> Extracted material
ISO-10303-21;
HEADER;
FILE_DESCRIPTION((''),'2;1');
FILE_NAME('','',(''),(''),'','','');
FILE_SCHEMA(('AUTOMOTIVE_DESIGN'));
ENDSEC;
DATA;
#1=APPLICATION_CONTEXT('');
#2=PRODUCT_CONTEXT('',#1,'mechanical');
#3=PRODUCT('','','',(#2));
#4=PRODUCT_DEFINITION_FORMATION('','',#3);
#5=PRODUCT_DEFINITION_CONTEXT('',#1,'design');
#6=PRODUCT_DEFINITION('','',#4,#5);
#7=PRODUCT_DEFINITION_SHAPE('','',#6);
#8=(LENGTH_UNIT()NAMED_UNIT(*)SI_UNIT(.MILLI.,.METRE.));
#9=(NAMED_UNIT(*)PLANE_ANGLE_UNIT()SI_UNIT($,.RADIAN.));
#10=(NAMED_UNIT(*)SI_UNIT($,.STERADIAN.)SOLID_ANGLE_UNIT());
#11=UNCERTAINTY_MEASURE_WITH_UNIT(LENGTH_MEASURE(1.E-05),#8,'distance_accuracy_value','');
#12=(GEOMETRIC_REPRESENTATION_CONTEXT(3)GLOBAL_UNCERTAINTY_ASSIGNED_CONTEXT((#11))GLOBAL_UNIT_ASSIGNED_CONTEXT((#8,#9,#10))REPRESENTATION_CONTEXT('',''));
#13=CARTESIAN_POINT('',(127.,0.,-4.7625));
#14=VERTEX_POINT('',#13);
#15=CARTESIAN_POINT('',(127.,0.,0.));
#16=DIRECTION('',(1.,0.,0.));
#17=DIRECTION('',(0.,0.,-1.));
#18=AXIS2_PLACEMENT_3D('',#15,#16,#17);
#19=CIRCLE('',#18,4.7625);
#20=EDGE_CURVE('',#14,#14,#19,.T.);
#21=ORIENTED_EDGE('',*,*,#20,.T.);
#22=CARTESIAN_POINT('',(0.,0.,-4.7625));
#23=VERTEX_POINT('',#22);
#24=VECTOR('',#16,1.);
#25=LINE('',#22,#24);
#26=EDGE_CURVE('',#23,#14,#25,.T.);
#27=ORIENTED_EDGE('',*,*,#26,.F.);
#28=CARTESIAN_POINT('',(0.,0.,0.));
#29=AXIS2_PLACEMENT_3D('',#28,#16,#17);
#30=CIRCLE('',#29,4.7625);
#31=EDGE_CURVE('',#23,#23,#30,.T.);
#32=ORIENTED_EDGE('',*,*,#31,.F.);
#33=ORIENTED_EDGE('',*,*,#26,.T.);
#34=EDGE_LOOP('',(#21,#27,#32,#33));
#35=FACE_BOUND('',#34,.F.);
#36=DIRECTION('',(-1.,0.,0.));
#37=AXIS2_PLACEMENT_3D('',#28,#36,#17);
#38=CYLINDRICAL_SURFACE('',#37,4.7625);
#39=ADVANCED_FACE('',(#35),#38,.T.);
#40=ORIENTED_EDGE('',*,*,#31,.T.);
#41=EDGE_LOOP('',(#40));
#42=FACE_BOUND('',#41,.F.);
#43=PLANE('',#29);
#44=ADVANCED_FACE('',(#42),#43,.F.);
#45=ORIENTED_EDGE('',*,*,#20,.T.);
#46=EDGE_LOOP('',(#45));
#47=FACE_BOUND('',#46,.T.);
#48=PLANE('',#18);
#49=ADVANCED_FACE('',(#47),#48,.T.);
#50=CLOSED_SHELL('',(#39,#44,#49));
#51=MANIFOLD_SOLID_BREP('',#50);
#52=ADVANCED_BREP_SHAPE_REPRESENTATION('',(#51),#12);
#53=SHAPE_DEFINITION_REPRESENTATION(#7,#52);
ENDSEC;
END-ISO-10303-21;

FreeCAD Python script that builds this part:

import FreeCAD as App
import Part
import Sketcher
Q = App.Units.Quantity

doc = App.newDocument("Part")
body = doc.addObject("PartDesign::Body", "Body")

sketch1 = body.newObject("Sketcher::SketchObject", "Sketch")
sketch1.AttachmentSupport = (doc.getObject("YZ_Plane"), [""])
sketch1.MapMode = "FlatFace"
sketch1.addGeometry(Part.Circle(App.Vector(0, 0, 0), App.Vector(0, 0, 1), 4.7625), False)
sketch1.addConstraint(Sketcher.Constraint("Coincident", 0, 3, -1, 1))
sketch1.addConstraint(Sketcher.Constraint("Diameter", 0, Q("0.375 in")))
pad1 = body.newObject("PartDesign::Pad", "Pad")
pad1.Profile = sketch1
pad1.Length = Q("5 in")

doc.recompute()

...

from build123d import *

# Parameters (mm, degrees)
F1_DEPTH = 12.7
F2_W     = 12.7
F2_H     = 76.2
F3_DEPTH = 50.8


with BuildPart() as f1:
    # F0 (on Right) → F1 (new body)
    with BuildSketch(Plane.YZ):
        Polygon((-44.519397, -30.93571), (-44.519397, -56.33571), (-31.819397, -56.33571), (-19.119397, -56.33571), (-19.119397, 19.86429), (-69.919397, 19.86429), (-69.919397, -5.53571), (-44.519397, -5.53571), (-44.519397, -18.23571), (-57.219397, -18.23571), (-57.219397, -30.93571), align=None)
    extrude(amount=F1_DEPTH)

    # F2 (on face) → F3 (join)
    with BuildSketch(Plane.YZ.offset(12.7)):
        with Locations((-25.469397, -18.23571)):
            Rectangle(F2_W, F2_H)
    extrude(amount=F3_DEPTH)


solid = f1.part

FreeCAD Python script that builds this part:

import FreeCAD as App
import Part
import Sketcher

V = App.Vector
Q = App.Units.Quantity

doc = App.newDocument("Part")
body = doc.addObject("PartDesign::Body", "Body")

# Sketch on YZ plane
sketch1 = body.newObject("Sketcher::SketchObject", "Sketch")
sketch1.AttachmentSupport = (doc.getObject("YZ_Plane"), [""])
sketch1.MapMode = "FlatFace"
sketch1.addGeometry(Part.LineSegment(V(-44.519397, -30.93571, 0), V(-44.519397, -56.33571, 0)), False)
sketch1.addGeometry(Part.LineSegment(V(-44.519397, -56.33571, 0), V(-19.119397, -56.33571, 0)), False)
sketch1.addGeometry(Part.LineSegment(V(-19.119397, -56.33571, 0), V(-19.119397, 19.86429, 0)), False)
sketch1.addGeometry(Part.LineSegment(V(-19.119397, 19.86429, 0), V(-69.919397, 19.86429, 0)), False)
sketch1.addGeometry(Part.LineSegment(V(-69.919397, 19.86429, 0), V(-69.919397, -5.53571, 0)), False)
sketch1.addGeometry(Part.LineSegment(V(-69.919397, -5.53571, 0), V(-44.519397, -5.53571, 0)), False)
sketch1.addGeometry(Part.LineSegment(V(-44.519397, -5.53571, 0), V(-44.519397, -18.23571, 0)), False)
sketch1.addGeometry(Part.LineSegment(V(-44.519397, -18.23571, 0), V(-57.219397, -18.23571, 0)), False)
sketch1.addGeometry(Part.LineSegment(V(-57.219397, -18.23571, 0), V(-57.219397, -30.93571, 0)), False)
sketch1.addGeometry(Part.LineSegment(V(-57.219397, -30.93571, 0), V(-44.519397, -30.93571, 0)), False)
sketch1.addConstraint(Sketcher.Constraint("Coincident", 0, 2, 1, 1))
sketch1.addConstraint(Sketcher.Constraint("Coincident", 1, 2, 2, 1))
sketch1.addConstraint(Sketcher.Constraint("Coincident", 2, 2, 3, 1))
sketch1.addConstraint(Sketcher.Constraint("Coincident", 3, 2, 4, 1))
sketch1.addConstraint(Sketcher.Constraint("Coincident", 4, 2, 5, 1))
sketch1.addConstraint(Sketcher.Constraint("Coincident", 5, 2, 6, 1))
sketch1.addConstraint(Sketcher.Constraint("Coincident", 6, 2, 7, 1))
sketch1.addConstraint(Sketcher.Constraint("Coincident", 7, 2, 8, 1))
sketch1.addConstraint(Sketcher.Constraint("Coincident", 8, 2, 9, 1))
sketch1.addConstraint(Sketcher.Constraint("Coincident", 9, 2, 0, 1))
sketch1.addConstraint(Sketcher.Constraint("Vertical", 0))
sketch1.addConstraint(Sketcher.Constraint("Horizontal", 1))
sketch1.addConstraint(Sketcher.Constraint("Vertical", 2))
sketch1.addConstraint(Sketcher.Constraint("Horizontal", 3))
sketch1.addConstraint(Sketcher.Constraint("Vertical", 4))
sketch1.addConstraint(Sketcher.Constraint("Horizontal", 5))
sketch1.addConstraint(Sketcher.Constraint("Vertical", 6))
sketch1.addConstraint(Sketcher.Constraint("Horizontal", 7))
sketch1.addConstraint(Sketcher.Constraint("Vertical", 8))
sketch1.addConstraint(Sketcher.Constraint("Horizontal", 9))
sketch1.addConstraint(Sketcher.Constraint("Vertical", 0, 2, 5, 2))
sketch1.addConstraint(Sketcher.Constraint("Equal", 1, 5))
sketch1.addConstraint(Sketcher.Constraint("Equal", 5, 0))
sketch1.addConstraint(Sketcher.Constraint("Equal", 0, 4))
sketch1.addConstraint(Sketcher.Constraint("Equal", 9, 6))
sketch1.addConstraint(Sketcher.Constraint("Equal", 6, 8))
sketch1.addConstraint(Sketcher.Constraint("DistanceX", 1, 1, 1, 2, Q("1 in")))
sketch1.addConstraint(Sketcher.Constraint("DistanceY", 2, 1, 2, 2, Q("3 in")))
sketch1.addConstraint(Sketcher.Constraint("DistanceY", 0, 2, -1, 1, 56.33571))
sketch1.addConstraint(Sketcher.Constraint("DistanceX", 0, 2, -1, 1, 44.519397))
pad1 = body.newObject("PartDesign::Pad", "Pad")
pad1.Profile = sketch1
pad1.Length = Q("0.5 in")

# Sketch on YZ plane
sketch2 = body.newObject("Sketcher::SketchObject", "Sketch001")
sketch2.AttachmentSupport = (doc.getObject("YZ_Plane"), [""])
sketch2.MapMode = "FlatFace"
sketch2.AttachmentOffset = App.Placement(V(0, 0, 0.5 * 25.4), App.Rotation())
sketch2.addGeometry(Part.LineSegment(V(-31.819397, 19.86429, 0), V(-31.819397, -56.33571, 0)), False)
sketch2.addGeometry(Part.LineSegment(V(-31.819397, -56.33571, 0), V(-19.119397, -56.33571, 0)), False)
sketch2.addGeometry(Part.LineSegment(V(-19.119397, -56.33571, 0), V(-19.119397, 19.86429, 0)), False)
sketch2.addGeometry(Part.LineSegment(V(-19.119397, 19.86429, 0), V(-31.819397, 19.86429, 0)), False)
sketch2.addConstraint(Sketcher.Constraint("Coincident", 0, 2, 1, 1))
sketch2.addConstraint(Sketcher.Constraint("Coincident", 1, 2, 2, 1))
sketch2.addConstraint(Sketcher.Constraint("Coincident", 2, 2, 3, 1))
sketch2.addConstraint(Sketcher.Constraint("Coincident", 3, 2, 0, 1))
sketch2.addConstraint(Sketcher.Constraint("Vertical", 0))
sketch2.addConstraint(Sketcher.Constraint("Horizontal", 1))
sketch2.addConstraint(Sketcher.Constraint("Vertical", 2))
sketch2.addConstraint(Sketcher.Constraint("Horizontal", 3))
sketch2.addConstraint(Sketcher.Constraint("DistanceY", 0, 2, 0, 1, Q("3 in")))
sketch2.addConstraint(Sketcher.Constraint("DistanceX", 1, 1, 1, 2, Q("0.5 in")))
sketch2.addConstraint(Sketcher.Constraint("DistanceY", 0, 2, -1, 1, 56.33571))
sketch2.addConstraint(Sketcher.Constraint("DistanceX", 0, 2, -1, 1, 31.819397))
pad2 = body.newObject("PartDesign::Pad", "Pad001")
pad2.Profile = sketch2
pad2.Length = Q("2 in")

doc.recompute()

> Exercise
Each line in the listing above from the one containing "FILE_NAME('','',(''),(''),'','','');" through the one containing "#10=(NAMED_UNIT(*)SI_UNIT($,.STERADIAN.)SOLID_ANGLE_UNIT());" should be repeated exactly, and no other line.

> Your solution
FILE_NAME('','',(''),(''),'','','');
FILE_SCHEMA(('AUTOMOTIVE_DESIGN'));
ENDSEC;
DATA;
#1=APPLICATION_CONTEXT('');
#2=PRODUCT_CONTEXT('',#1,'mechanical');
#3=PRODUCT('','','',(#2));
#4=PRODUCT_DEFINITION_FORMATION('','',#3);
#5=PRODUCT_DEFINITION_CONTEXT('',#1,'design');
#6=PRODUCT_DEFINITION('','',#4,#5);
#7=PRODUCT_DEFINITION_SHAPE('','',#6);
#8=(LENGTH_UNIT()NAMED_UNIT(*)SI_UNIT(.MILLI.,.METRE.));
#9=(NAMED_UNIT(*)PLANE_ANGLE_UNIT()SI_UNIT($,.RADIAN.));
#10=(NAMED_UNIT(*)SI_UNIT($,.STERADIAN.)SOLID_ANGLE_UNIT());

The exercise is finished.